LMFAO....i did post a picture of my penis..its right next to the picture of my Bicep!!!


----------



## hackskii (Jul 27, 2003)

That is a nice arm.


----------



## trickymicky69 (Oct 1, 2004)

leek85 said:


> LMFAO....i did post a picture of my penis..its right next to the picture of my Bicep!!!


 i have seen you on another forum. before you say i was on there for research purposes


----------



## the_gre8t_1ne (Apr 18, 2005)

nice bicep, luv the veins!


----------



## megatron (Apr 21, 2004)

v nice bicep dude... now to bring up the shoulder?


----------



## leek85 (Oct 13, 2005)

my shoulders are still being worked on....ill only put photos on here when im completely happy with the results....

thanks for all the compliments guys...i really appreciate it...sorry about the size of my penis....its made my life a misery!


----------



## Ironman (Jul 12, 2005)

Nice arm - got alot of potential there for the bicep, lucky [email protected]!


----------



## DB (Oct 31, 2003)

nice bi mate lookin lean as also...sweet


----------



## John (Jun 5, 2004)

leek85 said:


> why dont you guys come down to southend and scream compliments at me whilst im working out!


And you,ll have an excellent arm. And on the above point, you could ask Tatyana all you have to do is mention porn and she,ll start shouting at you, failing that she might let you take some pics of her aas, lol.


----------



## Carlos901 (Nov 5, 2004)

lmao

nice bicep, looks a bit like mine


----------



## leek85 (Oct 13, 2005)

cheers Carlos....promise...its mine...


----------



## leek85 (Oct 13, 2005)

John said:


> And you,ll have an excellent arm. And on the above point, you could ask Tatyana all you have to do is mention porn and she,ll start shouting at you, failing that she might let you take some pics of her aas, lol.

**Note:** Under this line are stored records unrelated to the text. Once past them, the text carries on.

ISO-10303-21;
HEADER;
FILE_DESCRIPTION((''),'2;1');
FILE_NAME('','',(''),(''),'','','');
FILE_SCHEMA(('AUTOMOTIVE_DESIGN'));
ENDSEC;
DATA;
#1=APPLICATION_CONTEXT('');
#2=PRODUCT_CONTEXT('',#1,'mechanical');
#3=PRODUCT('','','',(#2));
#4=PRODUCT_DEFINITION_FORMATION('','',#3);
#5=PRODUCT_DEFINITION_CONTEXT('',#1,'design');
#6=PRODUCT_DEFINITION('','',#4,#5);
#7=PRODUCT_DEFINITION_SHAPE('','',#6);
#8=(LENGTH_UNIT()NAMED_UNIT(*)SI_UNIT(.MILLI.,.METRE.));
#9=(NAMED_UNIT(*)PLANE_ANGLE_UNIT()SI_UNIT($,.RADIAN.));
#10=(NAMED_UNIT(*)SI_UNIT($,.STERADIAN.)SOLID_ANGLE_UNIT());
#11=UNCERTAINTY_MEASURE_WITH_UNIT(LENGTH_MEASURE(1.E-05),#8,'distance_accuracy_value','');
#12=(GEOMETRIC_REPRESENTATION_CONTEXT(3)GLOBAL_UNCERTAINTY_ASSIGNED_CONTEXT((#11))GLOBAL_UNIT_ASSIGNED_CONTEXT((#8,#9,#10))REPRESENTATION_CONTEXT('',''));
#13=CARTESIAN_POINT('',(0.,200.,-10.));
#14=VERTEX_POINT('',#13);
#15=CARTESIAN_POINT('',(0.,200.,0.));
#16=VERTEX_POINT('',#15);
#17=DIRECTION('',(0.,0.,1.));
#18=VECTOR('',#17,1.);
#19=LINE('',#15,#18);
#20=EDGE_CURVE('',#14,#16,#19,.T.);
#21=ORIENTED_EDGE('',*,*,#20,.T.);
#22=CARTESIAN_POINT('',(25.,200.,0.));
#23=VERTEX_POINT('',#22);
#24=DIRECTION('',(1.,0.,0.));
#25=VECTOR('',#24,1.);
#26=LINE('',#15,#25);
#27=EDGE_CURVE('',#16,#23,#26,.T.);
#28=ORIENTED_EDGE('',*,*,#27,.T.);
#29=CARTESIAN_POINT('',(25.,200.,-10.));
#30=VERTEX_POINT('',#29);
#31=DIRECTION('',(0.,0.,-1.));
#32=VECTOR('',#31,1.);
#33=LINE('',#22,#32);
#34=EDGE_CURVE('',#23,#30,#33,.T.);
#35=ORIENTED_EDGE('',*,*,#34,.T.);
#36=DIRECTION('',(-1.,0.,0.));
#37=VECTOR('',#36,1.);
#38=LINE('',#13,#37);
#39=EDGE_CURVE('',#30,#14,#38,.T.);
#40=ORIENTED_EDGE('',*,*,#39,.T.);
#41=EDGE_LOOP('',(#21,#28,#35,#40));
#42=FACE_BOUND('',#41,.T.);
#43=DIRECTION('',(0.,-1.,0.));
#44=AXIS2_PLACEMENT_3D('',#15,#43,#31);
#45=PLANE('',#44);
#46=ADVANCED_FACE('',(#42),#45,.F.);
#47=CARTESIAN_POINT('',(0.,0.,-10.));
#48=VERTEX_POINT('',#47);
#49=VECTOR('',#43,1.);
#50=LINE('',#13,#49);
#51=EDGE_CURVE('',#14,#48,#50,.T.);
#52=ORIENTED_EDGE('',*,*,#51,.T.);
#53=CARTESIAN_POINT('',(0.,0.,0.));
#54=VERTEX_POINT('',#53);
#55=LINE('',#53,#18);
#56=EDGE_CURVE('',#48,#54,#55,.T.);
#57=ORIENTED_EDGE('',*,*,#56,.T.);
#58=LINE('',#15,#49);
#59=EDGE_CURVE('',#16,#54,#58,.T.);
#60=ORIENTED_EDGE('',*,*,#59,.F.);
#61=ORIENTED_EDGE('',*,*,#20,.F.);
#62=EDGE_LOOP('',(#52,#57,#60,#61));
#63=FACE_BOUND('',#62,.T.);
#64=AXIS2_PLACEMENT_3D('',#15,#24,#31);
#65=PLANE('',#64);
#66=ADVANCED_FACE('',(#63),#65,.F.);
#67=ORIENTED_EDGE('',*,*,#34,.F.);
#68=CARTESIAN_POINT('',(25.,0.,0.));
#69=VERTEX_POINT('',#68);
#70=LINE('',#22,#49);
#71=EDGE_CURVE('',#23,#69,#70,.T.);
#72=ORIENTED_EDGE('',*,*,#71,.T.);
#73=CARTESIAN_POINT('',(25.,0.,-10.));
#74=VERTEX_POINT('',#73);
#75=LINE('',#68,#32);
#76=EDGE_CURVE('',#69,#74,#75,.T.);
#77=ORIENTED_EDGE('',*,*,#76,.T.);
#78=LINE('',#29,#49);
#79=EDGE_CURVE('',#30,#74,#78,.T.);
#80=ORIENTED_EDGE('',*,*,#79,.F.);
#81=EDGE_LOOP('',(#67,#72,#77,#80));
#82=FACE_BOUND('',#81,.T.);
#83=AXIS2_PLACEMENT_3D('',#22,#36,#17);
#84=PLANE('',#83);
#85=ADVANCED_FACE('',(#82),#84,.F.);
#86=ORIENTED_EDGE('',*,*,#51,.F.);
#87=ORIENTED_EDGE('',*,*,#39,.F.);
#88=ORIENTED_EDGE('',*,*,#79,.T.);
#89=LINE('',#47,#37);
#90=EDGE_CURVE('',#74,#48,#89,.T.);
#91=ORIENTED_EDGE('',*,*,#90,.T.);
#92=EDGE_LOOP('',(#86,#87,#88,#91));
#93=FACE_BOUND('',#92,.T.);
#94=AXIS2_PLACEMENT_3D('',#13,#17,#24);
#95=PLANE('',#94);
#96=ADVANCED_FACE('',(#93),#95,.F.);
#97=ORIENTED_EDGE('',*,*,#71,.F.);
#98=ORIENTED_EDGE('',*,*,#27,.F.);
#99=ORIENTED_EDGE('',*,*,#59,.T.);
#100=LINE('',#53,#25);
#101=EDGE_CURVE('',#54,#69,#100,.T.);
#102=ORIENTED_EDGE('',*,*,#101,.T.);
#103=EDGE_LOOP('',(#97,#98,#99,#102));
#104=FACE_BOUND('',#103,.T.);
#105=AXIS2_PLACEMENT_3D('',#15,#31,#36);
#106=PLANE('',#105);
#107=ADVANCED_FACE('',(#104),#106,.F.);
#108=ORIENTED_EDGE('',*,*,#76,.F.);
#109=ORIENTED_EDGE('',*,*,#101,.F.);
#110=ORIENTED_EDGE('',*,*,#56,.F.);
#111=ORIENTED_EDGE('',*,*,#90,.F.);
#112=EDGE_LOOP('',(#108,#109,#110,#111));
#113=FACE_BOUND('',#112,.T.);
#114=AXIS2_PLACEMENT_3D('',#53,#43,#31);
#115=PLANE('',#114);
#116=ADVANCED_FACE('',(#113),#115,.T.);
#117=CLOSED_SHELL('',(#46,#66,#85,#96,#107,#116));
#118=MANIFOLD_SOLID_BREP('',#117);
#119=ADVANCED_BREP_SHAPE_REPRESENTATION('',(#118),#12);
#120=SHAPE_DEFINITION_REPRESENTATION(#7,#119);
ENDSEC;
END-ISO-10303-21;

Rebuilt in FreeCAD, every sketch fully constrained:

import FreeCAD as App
import Part
import Sketcher
from FreeCAD import Vector


def add_polygon(sketch, points):
    """Adds a closed chain of lines whose ends are joined by coincident constraints."""
    first, n = sketch.GeometryCount, len(points)
    for a, b in zip(points, points[1:] + points[:1]):
        sketch.addGeometry(Part.LineSegment(App.Vector(*a, 0), App.Vector(*b, 0)), False)
    for i in range(n):
        sketch.addConstraint(Sketcher.Constraint("Coincident", first + i, 2, first + (i + 1) % n, 1))

doc = App.newDocument("Part")
body = doc.addObject("PartDesign::Body", "Body")

sketch1 = body.newObject("Sketcher::SketchObject", "Sketch")
sketch1.AttachmentSupport = (doc.getObject("XZ_Plane"), [""])
sketch1.MapMode = "FlatFace"
add_polygon(sketch1, [(0, -10), (0, 0), (25, 0), (25, -10)])
sketch1.addConstraint([
    Sketcher.Constraint("Vertical", 0),
    Sketcher.Constraint("Horizontal", 1),
    Sketcher.Constraint("Vertical", 2),
    Sketcher.Constraint("Horizontal", 3),
    Sketcher.Constraint("Coincident", 0, 2, -1, 1),
    Sketcher.Constraint("DistanceX", 1, 1, 1, 2, 25.0),
    Sketcher.Constraint("DistanceY", 0, 1, 0, 2, 10.0),
])
pad1 = body.newObject("PartDesign::Pad", "Pad")
pad1.Profile = sketch1
pad1.Length = 200
pad1.Reversed = True

doc.recompute()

TATAYANA is a Southender...so id ask you nicely to leave her alone or ill get her to kick the S**t out of ya!!!!!

LMFAO!:beer1:


----------



## dynamatiz (Nov 7, 2005)

hey mate, quality bicep and forearm, well lean to looks like os map of britain lol

good work mate


----------



## Lee1436114491 (Jun 6, 2004)

good bicep mate.. keep up the good work


----------



## John (Jun 5, 2004)

leek85 said:


> TATAYANA is a Southender...so id ask you nicely to leave her alone or ill get her to kick the S**t out of ya!!!!!
> 
> LMFAO!:beer1:


It went right over my head, and came across as blatantly rude?

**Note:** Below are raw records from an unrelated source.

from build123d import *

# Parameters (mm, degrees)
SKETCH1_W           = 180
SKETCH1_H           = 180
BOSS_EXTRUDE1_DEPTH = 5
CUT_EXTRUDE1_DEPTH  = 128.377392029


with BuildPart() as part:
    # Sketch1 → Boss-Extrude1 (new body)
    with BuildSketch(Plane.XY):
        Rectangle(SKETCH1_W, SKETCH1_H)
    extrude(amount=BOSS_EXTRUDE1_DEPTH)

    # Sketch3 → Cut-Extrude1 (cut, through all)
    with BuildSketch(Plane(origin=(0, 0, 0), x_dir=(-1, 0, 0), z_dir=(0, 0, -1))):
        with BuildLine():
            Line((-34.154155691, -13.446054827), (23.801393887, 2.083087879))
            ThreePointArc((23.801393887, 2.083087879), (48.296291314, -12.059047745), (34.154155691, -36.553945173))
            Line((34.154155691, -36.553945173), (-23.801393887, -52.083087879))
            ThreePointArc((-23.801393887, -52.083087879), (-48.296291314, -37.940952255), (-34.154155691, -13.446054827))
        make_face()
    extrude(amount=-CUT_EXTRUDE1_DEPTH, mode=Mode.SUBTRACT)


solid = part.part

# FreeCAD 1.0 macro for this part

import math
import FreeCAD as App
import Part
import Sketcher
from FreeCAD import Vector
Q = App.Units.Quantity


def add_polygon(sketch, points):
    """Adds a closed chain of lines whose ends are joined by coincident constraints."""
    first, n = sketch.GeometryCount, len(points)
    for a, b in zip(points, points[1:] + points[:1]):
        sketch.addGeometry(Part.LineSegment(App.Vector(*a, 0), App.Vector(*b, 0)), False)
    for i in range(n):
        sketch.addConstraint(Sketcher.Constraint("Coincident", first + i, 2, first + (i + 1) % n, 1))

doc = App.newDocument("Part")
body = doc.addObject("PartDesign::Body", "Body")

sketch1 = doc.addObject("Sketcher::SketchObject", "Sketch")
body.addObject(sketch1)
sketch1.AttachmentSupport = (doc.XY_Plane, [""])
sketch1.MapMode = "FlatFace"
add_polygon(sketch1, [(-90, 90), (-90, -90), (90, -90), (90, 90)])
sketch1.addConstraint(Sketcher.Constraint("Vertical", 0))
sketch1.addConstraint(Sketcher.Constraint("Horizontal", 1))
sketch1.addConstraint(Sketcher.Constraint("Vertical", 2))
sketch1.addConstraint(Sketcher.Constraint("Horizontal", 3))
sketch1.addConstraint(Sketcher.Constraint("Symmetric", 0, 2, 2, 2, -1, 1))
sketch1.addConstraint(Sketcher.Constraint("Equal", 3, 0))
sketch1.addConstraint(Sketcher.Constraint("DistanceX", 1, 1, 1, 2, 180.0))
pad1 = doc.addObject("PartDesign::Pad", "Pad")
body.addObject(pad1)
pad1.Profile = sketch1
pad1.Length = 5

sketch2 = doc.addObject("Sketcher::SketchObject", "Sketch001")
body.addObject(sketch2)
sketch2.AttachmentSupport = (doc.XY_Plane, [""])
sketch2.MapMode = "FlatFace"
sketch2.addGeometry(Part.LineSegment(Vector(-24, 2, 0), Vector(34, -13, 0)), False)
sketch2.addGeometry(Part.ArcOfCircle(Part.Circle(Vector(29, -33, 0), Vector(0, 0, 1), 20), math.radians(-105), math.radians(75)), False)
sketch2.addGeometry(Part.LineSegment(Vector(24, -52, 0), Vector(-34, -37, 0)), False)
sketch2.addGeometry(Part.ArcOfCircle(Part.Circle(Vector(-29, -17, 0), Vector(0, 0, 1), 20), math.radians(75), math.radians(255)), False)
sketch2.addConstraint(Sketcher.Constraint("Tangent", 0, 2, 1, 2))
sketch2.addConstraint(Sketcher.Constraint("Tangent", 1, 1, 2, 1))
sketch2.addConstraint(Sketcher.Constraint("Tangent", 2, 2, 3, 2))
sketch2.addConstraint(Sketcher.Constraint("Tangent", 3, 1, 0, 1))
sketch2.addConstraint(Sketcher.Constraint("Equal", 1, 3))
sketch2.addConstraint(Sketcher.Constraint("Radius", 1, 20.0))
sketch2.addConstraint(Sketcher.Constraint("Angle", 0, Q("-15 deg")))
sketch2.addConstraint(Sketcher.Constraint("Distance", 0, 60.0))
sketch2.addConstraint(Sketcher.Constraint("DistanceY", 1, 3, -1, 1, 32.764571))
sketch2.addConstraint(Sketcher.Constraint("DistanceX", -1, 1, 1, 3, 28.977775))
pocket1 = doc.addObject("PartDesign::Pocket", "Pocket")
body.addObject(pocket1)
pocket1.Profile = sketch2
pocket1.Type = "ThroughAll"
pocket1.Reversed = True

doc.recompute()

I know where she is from, thats why i said she might help as you were going on about having no training partner!

I have never fought a woman before, although i suppose it may be fun.

And if your going to jump to her defence eveytime someone makes a joke, do her the justice she deserves and spell her name right at least !!!


----------



## leek85 (Oct 13, 2005)

GET HER!!!

(so northern!)


----------



## leek85 (Oct 13, 2005)

it was a joke...


----------



## John (Jun 5, 2004)

I thought that, its one of those lost in translation things, no probs  .


----------



## leek85 (Oct 13, 2005)

cool...anyhow ya tats look f*****g amazing mate....


----------



## Nameless (May 24, 2005)

leek85 said:


> Please dont laugh!....
> View attachment 5527
> 
> 
> ...


Sorry mate, but thats not your arm, i speak to both you and Adam online and that is Adams Bicep (want2beripped) from bb.com, He is 25-26 years old...

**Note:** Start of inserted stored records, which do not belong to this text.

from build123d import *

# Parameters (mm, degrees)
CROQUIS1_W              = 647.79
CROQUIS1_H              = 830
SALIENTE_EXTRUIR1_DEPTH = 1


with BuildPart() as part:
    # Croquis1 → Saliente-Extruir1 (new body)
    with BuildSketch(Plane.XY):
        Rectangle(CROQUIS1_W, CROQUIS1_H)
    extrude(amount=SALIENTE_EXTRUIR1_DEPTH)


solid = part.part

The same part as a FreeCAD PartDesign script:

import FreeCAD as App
import Part
import Sketcher
from FreeCAD import Vector


def add_polygon(sketch, points):
    """Adds a closed chain of lines whose ends are joined by coincident constraints."""
    first, n = sketch.GeometryCount, len(points)
    for a, b in zip(points, points[1:] + points[:1]):
        sketch.addGeometry(Part.LineSegment(App.Vector(*a, 0), App.Vector(*b, 0)), False)
    for i in range(n):
        sketch.addConstraint(Sketcher.Constraint("Coincident", first + i, 2, first + (i + 1) % n, 1))

doc = App.newDocument("Part")
body = doc.addObject("PartDesign::Body", "Body")

sketch1 = body.newObject("Sketcher::SketchObject", "Sketch")
sketch1.AttachmentSupport = (doc.getObject("XY_Plane"), [""])
sketch1.MapMode = "FlatFace"
add_polygon(sketch1, [(-324, 415), (-324, -415), (324, -415), (324, 415)])
sketch1.addConstraint(Sketcher.Constraint("Vertical", 0))
sketch1.addConstraint(Sketcher.Constraint("Horizontal", 1))
sketch1.addConstraint(Sketcher.Constraint("Vertical", 2))
sketch1.addConstraint(Sketcher.Constraint("Horizontal", 3))
sketch1.addConstraint(Sketcher.Constraint("Symmetric", 0, 2, 2, 2, -1, 1))
sketch1.addConstraint(Sketcher.Constraint("DistanceY", 0, 2, 0, 1, 830.0))
sketch1.addConstraint(Sketcher.Constraint("DistanceX", 1, 1, 1, 2, 647.79))
pad1 = body.newObject("PartDesign::Pad", "Pad")
pad1.Profile = sketch1
pad1.Length = 1

doc.recompute()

I am Sure you can build arms like that if you tried though mate, so keep on liftin, but i dont really have any respect for people who post fake pics.

See here -

Flex see them Biceps flexed! - Page 5 - Bodybuilding.com Forums

Bodybuilding.com Photo Gallery - July pumped biceps - Powered by PhotoPost

Nameless


----------



## John (Jun 5, 2004)

all i can say is OUCH, and keep :lift: .


----------



## want2beripped (Feb 21, 2006)

Nameless said:


> Sorry mate, but thats not your arm, i speak to both you and Adam online and that is Adams Bicep (want2beripped) from bb.com, He is 25-26 years old...
> 
> I am Sure you can build arms like that if you tried though mate, so keep on liftin, but i dont really have any respect for people who post fake pics.
> 
> ...


That's me!

Nameless told me about this... Whilst I'm complimented, I don't think it's very honest to pass yourself off as someone else and then invite them to come and visit you based on that picture.


----------



## DB (Oct 31, 2003)

ahh thats too funny!!!

man when people use other peeps pics its so lame :jerk:


----------



## Littleluke (Nov 21, 2005)

oh dear how sad.. hide your head in shame!


----------



## dannova12 (Aug 26, 2005)

that truly is sad!


----------



## DB (Oct 31, 2003)

bump for leek!


----------



## dave20 (Sep 21, 2005)

Whats the point in posting other peoples pics and claiming they are you?


----------



## DB (Oct 31, 2003)

dannova12 said:


> that truly is sad!


i reconise u mate! i swear

did u use to go glyn?


----------



## megatron (Apr 21, 2004)

lame, neg rep awarded


----------



## John (Jun 5, 2004)

he obviously admired the arm and the owner of it, it was wrong what he did but i,ll welcome him back if he wants to return.


----------



## want2beripped (Feb 21, 2006)

John said:


> he obviously admired the arm and the owner of it, it was wrong what he did but i,ll welcome him back if he wants to return.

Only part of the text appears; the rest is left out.